2. The method of claim 1, wherein the target data asset is of structured data whose data storage units are identified by a database, a data table, and a data column.

3. The method of claim 2, wherein the nodes correspond to columns of data.

4. The method of claim 3, wherein the associative relationship comprises a generating relationship between nodes, the generating relationship being generated for a first node based on a second node.

5. The method of claim 1, wherein the risk information of the metadata includes risk classification information indicating whether data in a corresponding data storage unit belongs to sensitive data and/or risk classification information indicating a level of the sensitive data.

6. The method of claim 1, wherein the obtaining new data for metadata and operational data in the target data asset comprises:

acquiring a Structured Query Language (SQL) statement operating on a target data asset;

7. The method of claim 1, wherein the new addition data includes, for the first storage unit, first metadata and first operation data; the updating the data consanguinity map comprises:

8. The method of claim 1, wherein the new data includes first metadata for a new first storage unit; determining an attribute value of a node related to the newly added data according to the updated data blood relationship graph, wherein the determining comprises:

9. The method of claim 8, wherein the preset associative relationship includes a generated relationship between nodes, and the initial node is generated based on the target node.

10. The method of claim 8, wherein determining the attribute values of the nodes associated with the new data based on the updated data edge graph further comprises:

if the target node is not found, acquiring a judgment rule of risk information;

11. A data asset risk discovery apparatus, the apparatus comprising:

the first acquisition unit is used for acquiring newly added data aiming at the metadata and the operation data in the target data asset; the metadata includes description data for a data storage unit of the target data asset, the operational data being access behavior data for the data storage unit;

12. The apparatus of claim 11, wherein the target data asset is of structured data whose data storage units are identified by a database, a data table, and a data column.

13. The apparatus of claim 12, wherein the nodes correspond to columns of data.

14. The apparatus of claim 13, wherein the associative relationship comprises a generating relationship between nodes, the generating relationship being that a first node is generated based on a second node.

15. The apparatus of claim 11, wherein the risk information of the metadata comprises risk classification information indicating whether data in a corresponding data storage unit belongs to sensitive data and/or risk classification information indicating a level of the sensitive data.
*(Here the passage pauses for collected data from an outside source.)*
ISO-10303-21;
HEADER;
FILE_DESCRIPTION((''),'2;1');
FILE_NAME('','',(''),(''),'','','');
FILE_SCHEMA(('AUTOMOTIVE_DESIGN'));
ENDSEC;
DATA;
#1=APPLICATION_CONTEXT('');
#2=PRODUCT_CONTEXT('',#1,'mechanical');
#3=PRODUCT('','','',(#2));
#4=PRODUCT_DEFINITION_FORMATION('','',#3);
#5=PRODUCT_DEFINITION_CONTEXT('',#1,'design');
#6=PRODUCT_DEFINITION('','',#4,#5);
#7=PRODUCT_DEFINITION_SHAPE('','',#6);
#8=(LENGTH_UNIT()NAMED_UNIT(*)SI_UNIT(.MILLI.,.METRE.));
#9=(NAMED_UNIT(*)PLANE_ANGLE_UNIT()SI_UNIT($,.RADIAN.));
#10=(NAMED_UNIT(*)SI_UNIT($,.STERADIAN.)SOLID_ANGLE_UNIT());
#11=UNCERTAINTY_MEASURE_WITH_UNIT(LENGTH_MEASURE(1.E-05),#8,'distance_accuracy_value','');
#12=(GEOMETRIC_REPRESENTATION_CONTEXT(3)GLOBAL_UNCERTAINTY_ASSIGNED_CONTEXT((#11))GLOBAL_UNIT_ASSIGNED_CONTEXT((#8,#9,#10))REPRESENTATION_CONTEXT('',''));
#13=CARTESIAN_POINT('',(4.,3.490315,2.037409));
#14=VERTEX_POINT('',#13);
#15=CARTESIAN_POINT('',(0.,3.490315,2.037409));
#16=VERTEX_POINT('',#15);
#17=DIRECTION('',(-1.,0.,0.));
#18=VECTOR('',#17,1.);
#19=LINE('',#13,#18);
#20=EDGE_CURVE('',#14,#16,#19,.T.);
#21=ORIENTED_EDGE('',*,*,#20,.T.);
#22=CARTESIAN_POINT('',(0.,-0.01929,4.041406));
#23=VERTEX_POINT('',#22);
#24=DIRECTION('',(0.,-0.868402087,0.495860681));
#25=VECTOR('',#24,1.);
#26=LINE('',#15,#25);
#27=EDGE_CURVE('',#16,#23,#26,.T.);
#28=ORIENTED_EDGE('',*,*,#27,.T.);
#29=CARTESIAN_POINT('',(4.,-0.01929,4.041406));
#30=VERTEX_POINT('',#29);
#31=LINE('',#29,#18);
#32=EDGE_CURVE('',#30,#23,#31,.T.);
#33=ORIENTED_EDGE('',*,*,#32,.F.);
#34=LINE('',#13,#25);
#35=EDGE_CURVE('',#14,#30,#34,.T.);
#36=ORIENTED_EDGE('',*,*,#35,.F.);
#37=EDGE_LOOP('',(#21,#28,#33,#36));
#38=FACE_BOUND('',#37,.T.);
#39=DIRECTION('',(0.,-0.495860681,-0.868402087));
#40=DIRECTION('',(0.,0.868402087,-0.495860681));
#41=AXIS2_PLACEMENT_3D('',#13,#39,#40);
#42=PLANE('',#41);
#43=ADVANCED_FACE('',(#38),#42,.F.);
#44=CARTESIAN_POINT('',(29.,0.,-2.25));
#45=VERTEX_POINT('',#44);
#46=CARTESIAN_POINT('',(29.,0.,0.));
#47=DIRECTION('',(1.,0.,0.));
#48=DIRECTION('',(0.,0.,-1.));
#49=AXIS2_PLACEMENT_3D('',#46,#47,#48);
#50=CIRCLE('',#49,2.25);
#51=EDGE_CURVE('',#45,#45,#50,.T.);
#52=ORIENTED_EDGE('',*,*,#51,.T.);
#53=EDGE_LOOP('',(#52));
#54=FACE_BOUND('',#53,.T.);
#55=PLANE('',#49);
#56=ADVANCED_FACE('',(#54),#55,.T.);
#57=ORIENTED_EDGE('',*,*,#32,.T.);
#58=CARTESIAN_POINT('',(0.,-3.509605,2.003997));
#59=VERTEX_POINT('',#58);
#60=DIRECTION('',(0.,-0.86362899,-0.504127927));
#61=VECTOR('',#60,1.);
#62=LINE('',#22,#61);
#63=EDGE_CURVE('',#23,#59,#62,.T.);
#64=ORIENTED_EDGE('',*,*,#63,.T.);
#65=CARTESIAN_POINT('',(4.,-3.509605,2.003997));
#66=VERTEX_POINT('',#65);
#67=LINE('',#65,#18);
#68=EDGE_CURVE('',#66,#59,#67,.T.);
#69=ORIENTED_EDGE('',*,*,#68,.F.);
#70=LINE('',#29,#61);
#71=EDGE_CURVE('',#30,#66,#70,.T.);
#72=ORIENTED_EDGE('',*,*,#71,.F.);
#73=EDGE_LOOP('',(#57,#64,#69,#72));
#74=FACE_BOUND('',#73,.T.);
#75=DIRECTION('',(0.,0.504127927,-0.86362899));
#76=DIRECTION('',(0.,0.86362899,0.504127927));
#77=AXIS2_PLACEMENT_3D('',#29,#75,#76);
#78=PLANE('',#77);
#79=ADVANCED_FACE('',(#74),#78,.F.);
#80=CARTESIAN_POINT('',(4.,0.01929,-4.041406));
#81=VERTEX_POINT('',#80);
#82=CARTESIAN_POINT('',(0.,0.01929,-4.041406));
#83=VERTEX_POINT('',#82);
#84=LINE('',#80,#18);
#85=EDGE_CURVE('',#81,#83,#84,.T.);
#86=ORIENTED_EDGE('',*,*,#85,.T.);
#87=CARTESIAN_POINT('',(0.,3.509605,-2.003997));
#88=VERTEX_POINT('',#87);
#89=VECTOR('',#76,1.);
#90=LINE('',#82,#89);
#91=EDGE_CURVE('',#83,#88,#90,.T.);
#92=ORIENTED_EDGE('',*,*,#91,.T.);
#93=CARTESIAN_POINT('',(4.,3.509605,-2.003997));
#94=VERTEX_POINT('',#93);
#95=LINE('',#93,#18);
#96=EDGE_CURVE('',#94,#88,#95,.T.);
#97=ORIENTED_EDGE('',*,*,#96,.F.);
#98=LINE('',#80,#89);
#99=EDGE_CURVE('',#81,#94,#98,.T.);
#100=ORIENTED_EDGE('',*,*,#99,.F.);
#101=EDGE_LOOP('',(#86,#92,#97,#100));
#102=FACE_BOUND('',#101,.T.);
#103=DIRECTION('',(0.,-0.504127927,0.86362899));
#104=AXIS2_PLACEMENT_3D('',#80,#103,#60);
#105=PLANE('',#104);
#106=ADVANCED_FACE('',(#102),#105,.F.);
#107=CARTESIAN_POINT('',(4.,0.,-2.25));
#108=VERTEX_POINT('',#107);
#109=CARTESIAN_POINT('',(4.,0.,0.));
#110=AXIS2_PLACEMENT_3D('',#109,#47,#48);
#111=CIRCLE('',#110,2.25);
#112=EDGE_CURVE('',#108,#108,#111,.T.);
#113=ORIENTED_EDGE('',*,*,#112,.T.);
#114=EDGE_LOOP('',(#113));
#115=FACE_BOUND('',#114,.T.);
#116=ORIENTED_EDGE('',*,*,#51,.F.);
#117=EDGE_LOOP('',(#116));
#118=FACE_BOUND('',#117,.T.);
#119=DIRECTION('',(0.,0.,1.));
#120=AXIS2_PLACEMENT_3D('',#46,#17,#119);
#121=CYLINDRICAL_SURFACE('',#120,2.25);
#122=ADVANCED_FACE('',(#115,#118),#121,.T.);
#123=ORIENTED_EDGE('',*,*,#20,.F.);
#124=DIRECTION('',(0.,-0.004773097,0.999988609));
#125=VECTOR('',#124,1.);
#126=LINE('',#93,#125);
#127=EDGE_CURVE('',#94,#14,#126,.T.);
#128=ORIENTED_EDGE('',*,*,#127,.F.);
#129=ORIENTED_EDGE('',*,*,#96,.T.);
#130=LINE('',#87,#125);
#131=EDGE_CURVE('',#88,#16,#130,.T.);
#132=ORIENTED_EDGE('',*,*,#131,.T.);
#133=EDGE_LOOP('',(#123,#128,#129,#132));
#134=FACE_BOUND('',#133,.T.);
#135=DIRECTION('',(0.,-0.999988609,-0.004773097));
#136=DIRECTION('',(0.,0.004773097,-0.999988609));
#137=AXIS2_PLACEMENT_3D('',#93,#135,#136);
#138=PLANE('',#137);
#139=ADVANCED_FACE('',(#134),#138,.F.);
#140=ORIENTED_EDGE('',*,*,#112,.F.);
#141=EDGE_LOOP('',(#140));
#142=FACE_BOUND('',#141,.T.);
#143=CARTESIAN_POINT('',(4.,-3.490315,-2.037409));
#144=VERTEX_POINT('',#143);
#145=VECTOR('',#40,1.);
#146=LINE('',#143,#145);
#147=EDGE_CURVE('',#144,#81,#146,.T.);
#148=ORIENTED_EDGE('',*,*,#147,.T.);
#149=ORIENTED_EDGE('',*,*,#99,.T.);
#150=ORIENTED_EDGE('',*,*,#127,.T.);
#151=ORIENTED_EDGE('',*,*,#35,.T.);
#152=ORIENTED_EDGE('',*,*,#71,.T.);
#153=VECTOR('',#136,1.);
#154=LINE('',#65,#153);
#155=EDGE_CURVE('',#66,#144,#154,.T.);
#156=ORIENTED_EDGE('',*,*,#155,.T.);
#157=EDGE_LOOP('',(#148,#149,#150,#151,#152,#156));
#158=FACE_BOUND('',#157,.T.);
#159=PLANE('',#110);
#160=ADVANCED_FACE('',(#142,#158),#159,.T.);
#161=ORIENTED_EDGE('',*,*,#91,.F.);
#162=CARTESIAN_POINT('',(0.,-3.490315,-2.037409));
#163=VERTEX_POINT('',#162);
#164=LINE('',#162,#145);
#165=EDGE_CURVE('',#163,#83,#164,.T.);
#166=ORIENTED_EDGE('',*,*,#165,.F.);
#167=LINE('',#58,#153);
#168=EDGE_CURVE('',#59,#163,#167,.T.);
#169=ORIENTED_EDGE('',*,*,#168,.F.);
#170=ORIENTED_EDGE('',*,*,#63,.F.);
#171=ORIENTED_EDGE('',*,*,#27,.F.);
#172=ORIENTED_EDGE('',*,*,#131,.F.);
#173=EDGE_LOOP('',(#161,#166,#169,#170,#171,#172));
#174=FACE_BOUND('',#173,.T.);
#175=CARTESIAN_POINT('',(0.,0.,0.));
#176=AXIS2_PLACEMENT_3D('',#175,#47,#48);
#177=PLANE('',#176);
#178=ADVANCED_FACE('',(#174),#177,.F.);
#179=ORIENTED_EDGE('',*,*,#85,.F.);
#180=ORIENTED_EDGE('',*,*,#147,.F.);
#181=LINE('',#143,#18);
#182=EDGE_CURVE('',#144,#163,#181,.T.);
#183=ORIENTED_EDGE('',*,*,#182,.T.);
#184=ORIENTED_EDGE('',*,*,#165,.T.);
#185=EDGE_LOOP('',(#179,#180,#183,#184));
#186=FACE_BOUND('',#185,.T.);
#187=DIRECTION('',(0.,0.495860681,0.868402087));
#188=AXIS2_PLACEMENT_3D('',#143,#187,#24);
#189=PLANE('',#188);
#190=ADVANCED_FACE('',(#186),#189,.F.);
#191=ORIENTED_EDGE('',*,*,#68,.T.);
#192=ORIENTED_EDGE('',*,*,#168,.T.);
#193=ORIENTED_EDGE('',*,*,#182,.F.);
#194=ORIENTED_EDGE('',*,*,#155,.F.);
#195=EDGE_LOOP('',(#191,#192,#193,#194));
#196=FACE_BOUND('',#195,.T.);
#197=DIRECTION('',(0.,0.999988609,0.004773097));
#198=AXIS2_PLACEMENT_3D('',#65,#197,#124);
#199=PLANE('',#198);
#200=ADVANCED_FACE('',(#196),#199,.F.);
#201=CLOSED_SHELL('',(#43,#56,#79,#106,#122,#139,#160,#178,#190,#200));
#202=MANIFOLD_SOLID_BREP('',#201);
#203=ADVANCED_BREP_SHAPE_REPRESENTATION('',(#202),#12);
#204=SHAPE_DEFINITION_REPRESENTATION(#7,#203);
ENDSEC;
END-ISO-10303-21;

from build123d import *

# Parameters (mm, degrees)
BOSS_EXTRUDE1_DEPTH = 4
SKETCH3_R           = 2.25
BOSS_EXTRUDE2_DEPTH = 25


with BuildPart() as part:
    # Sketch2 → Boss-Extrude1 (new body)
    with BuildSketch(Plane(origin=(0, 0, 0), x_dir=(0, 0, -1), z_dir=(1, 0, 0))):
        Polygon((2.037408762, -3.49031501), (4.041405847, 0.019290241), (2.003997085, 3.509605251), (-2.037408762, 3.49031501), (-4.041405847, -0.019290241), (-2.003997085, -3.509605251), align=None)
    extrude(amount=BOSS_EXTRUDE1_DEPTH)

    # Sketch3 → Boss-Extrude2 (add)
    with BuildSketch(Plane(origin=(4, 0, 0), x_dir=(0, 0, -1), z_dir=(1, 0, 0))):
        Circle(SKETCH3_R)
    extrude(amount=BOSS_EXTRUDE2_DEPTH)


solid = part.part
16. The apparatus of claim 11, wherein the first obtaining unit comprises:

17. The apparatus of claim 11, wherein the new addition data includes, for the first storage unit, first metadata and first operation data; the update unit includes:

18. The apparatus of claim 11, wherein the new addition data includes first metadata for the new added first storage unit; the determination unit includes:

the searching subunit is configured to, in the updated data blood-level graph, use a node corresponding to the first metadata as an initial node, and search, starting from the initial node, for a target node having a preset association relationship with the initial node;

19. The apparatus of claim 18, wherein the preset associative relationship comprises a generated relationship between nodes, and the initial node is generated based on the target node.

20. The apparatus of claim 18, wherein the determining unit further comprises:

21. A computer-readable storage medium, on which a computer program is stored which, when executed in a computer, causes the computer to carry out the method of any one of claims 1-10.

22. A computing device comprising a memory having stored therein executable code and a processor that, when executing the executable code, implements the method of any of claims 1-10.